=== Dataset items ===

··········

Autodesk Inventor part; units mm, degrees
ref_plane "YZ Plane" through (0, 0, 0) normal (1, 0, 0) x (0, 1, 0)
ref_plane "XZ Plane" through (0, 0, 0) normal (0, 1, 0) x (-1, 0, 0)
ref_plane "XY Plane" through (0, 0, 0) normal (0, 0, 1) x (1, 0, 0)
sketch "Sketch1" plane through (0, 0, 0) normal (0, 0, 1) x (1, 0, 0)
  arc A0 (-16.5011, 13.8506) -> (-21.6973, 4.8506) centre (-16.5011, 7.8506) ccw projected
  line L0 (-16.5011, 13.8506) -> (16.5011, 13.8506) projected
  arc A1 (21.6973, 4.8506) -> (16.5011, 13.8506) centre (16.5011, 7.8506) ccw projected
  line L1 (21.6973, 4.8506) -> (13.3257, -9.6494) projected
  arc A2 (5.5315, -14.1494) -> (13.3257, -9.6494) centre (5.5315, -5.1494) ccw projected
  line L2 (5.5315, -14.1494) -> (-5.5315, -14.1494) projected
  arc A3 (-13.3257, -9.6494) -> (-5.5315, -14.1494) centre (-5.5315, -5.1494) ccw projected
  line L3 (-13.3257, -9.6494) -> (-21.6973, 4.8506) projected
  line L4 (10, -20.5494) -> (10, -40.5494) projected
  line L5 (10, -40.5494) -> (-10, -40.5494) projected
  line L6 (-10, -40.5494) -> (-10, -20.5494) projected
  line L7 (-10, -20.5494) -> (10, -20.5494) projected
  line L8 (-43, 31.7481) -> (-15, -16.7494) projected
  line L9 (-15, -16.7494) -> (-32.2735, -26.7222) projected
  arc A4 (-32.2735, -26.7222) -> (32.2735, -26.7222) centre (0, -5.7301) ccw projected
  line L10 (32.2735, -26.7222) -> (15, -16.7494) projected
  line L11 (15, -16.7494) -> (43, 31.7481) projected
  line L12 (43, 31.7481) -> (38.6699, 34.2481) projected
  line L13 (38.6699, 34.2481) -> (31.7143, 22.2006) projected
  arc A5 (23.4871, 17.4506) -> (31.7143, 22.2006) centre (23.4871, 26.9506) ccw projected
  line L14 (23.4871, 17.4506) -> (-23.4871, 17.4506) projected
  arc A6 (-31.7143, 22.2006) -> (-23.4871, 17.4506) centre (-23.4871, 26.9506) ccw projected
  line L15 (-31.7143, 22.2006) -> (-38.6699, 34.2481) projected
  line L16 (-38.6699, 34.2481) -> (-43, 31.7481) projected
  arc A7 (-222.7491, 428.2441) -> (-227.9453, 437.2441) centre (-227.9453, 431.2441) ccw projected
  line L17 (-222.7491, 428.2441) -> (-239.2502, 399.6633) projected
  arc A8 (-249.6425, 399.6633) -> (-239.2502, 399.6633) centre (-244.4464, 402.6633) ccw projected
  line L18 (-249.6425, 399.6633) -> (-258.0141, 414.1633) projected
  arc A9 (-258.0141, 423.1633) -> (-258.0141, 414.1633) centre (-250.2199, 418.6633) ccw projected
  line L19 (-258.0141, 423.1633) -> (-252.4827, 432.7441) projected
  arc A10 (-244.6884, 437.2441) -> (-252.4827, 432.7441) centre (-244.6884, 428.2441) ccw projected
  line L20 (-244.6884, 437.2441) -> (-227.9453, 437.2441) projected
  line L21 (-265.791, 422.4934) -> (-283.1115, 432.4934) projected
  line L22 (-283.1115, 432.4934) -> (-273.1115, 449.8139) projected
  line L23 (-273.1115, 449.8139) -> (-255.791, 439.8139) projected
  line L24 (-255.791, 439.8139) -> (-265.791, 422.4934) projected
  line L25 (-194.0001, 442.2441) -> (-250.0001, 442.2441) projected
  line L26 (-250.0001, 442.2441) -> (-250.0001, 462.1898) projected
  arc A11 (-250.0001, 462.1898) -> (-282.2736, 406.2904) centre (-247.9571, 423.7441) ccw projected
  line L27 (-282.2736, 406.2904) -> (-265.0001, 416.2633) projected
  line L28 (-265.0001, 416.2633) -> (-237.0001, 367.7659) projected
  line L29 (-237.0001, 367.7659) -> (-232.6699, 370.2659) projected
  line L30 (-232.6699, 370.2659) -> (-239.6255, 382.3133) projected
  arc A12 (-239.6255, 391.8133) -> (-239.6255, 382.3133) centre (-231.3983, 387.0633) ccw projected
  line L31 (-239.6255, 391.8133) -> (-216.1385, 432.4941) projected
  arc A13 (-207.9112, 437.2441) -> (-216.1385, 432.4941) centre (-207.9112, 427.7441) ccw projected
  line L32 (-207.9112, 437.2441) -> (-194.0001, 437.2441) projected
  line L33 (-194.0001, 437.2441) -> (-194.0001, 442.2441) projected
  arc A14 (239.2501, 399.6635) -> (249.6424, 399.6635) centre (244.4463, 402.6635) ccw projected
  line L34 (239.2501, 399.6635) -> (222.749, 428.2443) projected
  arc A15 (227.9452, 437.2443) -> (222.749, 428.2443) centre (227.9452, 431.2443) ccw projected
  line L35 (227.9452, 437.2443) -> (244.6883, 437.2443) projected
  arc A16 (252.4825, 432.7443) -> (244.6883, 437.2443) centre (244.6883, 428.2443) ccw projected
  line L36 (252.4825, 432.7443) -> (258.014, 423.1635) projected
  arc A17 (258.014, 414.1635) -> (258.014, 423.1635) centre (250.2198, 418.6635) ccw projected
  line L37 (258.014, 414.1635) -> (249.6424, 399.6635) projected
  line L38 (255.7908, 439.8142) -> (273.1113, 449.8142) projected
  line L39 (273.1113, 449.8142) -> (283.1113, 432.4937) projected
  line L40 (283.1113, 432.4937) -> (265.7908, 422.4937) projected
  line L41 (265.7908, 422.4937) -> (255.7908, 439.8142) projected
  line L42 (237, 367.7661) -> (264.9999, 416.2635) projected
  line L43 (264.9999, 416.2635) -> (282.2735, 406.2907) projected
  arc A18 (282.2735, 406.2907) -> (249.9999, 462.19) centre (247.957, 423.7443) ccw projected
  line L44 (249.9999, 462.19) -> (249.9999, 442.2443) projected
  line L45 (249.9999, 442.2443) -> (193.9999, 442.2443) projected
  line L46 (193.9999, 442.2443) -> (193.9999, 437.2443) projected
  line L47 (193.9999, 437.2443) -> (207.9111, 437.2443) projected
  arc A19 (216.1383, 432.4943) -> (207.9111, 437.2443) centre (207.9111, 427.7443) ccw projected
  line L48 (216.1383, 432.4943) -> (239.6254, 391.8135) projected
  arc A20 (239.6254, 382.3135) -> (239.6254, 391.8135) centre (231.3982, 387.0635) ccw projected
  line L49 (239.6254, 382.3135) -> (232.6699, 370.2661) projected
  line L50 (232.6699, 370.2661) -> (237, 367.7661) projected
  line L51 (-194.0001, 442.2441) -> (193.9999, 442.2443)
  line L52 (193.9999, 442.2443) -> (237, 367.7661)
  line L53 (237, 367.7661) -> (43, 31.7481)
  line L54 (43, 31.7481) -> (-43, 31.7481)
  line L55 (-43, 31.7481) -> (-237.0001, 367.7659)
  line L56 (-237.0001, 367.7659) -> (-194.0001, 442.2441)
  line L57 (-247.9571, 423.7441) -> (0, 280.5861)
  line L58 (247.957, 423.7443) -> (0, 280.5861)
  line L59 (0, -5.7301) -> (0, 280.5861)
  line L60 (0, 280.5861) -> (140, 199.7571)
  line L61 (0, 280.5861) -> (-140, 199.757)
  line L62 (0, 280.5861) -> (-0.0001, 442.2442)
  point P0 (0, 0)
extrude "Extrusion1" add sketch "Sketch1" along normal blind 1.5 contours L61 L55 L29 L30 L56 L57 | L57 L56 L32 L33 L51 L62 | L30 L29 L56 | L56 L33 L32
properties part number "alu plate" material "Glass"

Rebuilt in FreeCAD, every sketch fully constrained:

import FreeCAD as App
import Part
import Sketcher

V = App.Vector
Q = App.Units.Quantity

doc = App.newDocument("Part")
body = doc.addObject("PartDesign::Body", "Body")

# Sketch on XY plane
sketch1 = doc.addObject("Sketcher::SketchObject", "Sketch")
body.addObject(sketch1)
sketch1.AttachmentSupport = (doc.XY_Plane, [""])
sketch1.MapMode = "FlatFace"
sketch1.addGeometry([
    Part.LineSegment(V(-140, 200, 0), V(0, 281, 0)),  # 0
    Part.LineSegment(V(0, 281, 0), V(0, 442, 0)),  # 1
    Part.LineSegment(V(0, 442, 0), V(-194, 442, 0)),  # 2
    Part.LineSegment(V(-194, 442, 0), V(-237, 368, 0)),  # 3
    Part.LineSegment(V(-237, 368, 0), V(-140, 200, 0)),  # 4
], False)
sketch1.addConstraint([
    Sketcher.Constraint("Coincident", 0, 2, 1, 1),
    Sketcher.Constraint("Coincident", 1, 2, 2, 1),
    Sketcher.Constraint("Coincident", 2, 2, 3, 1),
    Sketcher.Constraint("Coincident", 3, 2, 4, 1),
    Sketcher.Constraint("Coincident", 4, 2, 0, 1),
    Sketcher.Constraint("Vertical", 1),
    Sketcher.Constraint("Horizontal", 2),
    Sketcher.Constraint("PointOnObject", 0, 2, -2),
    Sketcher.Constraint("Perpendicular", 0, 4),
    Sketcher.Constraint("DistanceX", 2, 2, 2, 1, 194.0),
    Sketcher.Constraint("Angle", 0, Q("30 deg")),
    Sketcher.Constraint("Angle", 3, Q("-120 deg")),
    Sketcher.Constraint("Distance", 3, 86.0),
    Sketcher.Constraint("Distance", 4, 194.0),
    Sketcher.Constraint("DistanceY", -1, 1, 0, 2, 280.586),
])
pad1 = doc.addObject("PartDesign::Pad", "Pad")
body.addObject(pad1)
pad1.Profile = sketch1
pad1.Length = 1.5

doc.recompute()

··········

=== Exercise aim ===
Which of the lines above carry the string "normal"? Pick them out and copy them.

=== Answer for the task ===
ref_plane "YZ Plane" through (0, 0, 0) normal (1, 0, 0) x (0, 1, 0)
ref_plane "XZ Plane" through (0, 0, 0) normal (0, 1, 0) x (-1, 0, 0)
ref_plane "XY Plane" through (0, 0, 0) normal (0, 0, 1) x (1, 0, 0)
sketch "Sketch1" plane through (0, 0, 0) normal (0, 0, 1) x (1, 0, 0)
extrude "Extrusion1" add sketch "Sketch1" along normal blind 1.5 contours L61 L55 L29 L30 L56 L57 | L57 L56 L32 L33 L51 L62 | L30 L29 L56 | L56 L33 L32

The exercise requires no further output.